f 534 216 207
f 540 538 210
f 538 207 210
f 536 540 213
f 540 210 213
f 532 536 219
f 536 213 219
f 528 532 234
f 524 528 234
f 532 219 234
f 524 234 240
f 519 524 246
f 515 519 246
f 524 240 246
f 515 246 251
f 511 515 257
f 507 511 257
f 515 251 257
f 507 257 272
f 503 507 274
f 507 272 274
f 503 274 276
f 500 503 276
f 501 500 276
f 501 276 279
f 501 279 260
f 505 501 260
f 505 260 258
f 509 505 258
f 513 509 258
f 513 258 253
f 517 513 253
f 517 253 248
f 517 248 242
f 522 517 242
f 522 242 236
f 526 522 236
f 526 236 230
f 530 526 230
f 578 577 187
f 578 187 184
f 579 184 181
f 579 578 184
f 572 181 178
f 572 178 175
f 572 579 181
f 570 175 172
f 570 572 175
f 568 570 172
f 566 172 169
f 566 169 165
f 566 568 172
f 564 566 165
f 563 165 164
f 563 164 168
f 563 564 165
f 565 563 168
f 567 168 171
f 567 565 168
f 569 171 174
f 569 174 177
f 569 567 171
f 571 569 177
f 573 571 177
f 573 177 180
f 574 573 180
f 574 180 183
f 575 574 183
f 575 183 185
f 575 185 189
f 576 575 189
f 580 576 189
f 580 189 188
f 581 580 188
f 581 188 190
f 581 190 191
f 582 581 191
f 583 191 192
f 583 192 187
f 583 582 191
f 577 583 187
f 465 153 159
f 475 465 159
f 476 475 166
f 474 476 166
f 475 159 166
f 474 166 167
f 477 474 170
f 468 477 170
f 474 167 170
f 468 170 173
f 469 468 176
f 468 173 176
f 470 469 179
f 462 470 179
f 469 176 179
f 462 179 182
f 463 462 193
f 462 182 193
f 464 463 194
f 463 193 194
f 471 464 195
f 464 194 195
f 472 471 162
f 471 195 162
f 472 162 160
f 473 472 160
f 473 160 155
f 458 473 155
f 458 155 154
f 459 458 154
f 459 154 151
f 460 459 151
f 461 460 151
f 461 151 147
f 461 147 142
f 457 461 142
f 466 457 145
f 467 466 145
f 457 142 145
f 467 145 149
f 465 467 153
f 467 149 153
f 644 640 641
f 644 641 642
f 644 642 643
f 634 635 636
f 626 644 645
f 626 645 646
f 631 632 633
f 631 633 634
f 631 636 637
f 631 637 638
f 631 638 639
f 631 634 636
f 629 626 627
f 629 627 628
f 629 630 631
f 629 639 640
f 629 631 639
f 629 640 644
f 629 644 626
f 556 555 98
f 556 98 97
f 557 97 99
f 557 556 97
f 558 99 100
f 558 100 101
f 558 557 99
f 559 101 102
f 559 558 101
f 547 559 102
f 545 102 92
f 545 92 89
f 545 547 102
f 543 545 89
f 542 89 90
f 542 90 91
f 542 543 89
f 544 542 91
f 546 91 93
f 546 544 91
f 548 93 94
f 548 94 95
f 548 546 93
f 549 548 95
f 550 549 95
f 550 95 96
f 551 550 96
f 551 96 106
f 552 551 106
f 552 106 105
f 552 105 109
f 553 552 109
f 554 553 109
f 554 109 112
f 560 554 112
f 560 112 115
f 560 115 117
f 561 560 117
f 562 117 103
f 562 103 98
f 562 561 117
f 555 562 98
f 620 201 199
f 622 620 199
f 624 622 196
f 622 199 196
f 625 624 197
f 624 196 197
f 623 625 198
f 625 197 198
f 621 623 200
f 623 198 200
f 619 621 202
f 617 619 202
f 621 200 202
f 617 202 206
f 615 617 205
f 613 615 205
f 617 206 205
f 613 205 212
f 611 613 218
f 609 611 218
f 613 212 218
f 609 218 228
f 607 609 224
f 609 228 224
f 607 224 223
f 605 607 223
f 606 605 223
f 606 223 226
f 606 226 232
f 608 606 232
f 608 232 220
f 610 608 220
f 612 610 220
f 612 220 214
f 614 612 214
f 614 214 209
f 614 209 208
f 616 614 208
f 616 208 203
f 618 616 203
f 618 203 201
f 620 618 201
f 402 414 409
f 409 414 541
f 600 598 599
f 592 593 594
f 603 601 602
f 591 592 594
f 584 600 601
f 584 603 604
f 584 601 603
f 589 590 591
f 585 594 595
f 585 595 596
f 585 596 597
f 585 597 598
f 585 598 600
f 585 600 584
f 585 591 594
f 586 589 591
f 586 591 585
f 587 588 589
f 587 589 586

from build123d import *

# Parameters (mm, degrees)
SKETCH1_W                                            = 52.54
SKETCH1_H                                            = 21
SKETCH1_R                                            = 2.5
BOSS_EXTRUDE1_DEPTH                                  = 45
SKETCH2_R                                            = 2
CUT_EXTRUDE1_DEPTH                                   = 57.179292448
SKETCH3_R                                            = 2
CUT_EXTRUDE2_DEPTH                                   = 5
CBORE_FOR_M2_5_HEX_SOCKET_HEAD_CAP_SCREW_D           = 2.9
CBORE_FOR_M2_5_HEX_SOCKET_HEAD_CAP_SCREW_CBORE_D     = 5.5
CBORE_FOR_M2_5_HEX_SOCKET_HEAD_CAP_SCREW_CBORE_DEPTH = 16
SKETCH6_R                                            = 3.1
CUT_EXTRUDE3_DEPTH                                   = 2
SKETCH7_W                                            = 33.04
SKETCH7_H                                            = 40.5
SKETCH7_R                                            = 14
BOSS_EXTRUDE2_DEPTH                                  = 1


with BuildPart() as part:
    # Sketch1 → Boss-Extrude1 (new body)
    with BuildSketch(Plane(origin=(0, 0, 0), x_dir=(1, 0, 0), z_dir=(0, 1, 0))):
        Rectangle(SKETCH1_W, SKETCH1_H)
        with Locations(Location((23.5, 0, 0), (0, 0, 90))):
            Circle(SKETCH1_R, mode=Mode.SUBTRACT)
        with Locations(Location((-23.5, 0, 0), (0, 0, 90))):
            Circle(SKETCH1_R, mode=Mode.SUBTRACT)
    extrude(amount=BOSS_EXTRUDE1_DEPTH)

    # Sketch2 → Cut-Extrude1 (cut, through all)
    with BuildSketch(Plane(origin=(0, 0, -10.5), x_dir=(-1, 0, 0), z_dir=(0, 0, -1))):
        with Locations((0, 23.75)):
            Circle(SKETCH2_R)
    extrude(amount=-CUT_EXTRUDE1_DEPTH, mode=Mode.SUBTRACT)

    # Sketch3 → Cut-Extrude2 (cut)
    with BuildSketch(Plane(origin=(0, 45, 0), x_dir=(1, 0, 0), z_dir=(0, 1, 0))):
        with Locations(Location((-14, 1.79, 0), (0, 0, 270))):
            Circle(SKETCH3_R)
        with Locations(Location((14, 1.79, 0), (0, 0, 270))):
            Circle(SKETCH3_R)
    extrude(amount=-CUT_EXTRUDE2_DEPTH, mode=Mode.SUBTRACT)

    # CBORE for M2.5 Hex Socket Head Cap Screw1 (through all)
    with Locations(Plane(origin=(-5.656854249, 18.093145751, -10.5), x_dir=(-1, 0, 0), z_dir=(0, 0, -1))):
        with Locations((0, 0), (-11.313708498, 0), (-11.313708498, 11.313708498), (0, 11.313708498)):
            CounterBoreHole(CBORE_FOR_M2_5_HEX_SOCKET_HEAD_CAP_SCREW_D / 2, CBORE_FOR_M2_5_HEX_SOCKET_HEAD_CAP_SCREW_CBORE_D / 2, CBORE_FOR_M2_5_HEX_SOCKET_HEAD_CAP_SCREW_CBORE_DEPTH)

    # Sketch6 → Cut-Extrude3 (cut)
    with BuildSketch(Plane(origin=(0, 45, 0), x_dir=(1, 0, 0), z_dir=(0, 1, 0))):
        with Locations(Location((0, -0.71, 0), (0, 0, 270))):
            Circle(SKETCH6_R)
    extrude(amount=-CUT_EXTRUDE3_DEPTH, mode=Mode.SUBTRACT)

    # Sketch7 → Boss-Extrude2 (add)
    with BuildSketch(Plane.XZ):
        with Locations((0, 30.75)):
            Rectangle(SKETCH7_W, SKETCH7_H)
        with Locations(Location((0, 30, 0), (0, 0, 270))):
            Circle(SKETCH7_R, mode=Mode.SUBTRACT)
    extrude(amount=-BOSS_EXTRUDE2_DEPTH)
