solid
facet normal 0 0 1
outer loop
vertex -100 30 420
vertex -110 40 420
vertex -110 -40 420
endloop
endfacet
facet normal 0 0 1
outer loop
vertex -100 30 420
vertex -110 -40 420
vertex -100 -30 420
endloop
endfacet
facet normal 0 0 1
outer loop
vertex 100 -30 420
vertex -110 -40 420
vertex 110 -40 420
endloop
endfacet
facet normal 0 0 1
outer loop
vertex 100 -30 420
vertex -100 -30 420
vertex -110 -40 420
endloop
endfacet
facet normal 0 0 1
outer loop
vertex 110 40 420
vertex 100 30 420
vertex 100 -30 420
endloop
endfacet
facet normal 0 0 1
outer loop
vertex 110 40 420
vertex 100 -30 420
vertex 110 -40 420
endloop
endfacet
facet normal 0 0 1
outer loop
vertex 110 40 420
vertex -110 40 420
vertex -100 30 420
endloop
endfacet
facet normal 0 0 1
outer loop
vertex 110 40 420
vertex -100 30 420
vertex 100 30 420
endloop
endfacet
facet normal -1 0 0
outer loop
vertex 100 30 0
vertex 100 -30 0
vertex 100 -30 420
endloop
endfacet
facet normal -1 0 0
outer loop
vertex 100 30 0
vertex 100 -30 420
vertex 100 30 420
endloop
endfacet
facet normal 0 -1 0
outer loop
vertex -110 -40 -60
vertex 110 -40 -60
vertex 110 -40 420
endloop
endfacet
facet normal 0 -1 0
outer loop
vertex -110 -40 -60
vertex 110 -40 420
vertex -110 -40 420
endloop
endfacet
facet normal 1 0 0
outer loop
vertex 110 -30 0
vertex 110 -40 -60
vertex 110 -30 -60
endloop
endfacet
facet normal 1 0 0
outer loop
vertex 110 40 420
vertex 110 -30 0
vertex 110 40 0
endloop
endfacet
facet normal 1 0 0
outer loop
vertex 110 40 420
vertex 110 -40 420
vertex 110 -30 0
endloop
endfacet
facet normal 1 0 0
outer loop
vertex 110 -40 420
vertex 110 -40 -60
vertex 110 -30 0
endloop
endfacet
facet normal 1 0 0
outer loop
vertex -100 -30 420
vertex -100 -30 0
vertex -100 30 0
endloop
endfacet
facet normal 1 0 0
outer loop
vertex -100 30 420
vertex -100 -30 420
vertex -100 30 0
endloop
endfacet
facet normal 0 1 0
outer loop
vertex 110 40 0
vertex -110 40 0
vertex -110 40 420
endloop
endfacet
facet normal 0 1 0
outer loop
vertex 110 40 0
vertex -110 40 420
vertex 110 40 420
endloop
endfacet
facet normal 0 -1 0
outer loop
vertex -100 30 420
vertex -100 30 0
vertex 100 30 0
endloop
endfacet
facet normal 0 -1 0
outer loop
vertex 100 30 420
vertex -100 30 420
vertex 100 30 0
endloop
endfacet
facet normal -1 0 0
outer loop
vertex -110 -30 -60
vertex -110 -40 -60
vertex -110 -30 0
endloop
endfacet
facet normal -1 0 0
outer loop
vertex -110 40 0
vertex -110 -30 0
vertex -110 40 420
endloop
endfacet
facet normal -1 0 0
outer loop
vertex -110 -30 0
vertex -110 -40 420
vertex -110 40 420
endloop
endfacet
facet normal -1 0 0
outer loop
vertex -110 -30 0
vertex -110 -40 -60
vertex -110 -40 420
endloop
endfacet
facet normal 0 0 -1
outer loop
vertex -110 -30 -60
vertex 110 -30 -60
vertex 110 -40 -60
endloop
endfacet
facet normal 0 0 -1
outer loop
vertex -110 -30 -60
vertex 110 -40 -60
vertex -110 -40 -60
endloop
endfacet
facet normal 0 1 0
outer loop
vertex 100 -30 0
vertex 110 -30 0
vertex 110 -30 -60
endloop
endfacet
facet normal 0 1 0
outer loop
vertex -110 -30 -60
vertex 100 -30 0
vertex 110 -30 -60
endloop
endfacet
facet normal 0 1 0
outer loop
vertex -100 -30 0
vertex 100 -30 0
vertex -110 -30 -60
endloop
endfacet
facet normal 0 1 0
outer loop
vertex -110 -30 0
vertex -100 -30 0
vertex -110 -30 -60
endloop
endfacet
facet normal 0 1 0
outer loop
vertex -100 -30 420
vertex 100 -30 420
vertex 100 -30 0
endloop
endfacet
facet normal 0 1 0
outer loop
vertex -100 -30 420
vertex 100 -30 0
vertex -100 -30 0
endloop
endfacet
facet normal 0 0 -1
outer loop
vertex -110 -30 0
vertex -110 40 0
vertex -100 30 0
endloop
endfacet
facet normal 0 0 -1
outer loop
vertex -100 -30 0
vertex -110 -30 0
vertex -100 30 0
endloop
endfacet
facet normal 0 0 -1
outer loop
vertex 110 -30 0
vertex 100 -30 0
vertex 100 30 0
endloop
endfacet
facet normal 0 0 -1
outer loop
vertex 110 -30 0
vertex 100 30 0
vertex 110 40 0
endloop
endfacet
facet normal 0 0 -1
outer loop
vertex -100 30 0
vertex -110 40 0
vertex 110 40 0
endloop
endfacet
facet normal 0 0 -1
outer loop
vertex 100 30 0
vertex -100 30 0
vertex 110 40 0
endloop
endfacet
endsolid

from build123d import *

# Parameters (mm, degrees)
SKETCH1_W           = 220
SKETCH1_H           = 80
SKETCH1_W_2         = 200
SKETCH1_H_2         = 60
BOSS_EXTRUDE1_DEPTH = 420
SKETCH3_W           = 220
SKETCH3_H           = 10
BOSS_EXTRUDE3_DEPTH = 60


with BuildPart() as part:
    # Sketch1 → Boss-Extrude1 (new body)
    with BuildSketch(Plane.XY):
        Rectangle(SKETCH1_W, SKETCH1_H)
        Rectangle(SKETCH1_W_2, SKETCH1_H_2, mode=Mode.SUBTRACT)
    extrude(amount=BOSS_EXTRUDE1_DEPTH)

    # Sketch3 → Boss-Extrude3 (add)
    with BuildSketch(Plane(origin=(0, 0, 0), x_dir=(-1, 0, 0), z_dir=(0, 0, -1))):
        with Locations((0, -35)):
            Rectangle(SKETCH3_W, SKETCH3_H)
    extrude(amount=BOSS_EXTRUDE3_DEPTH)


solid = part.part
++++++++++
## ASSIGNED TASK
Every line holding the string "through" should be copied here, so please find those lines in the data.

## TASK OUTPUT
    # Sketch2 → Cut-Extrude1 (cut, through all)
    # CBORE for M2.5 Hex Socket Head Cap Screw1 (through all)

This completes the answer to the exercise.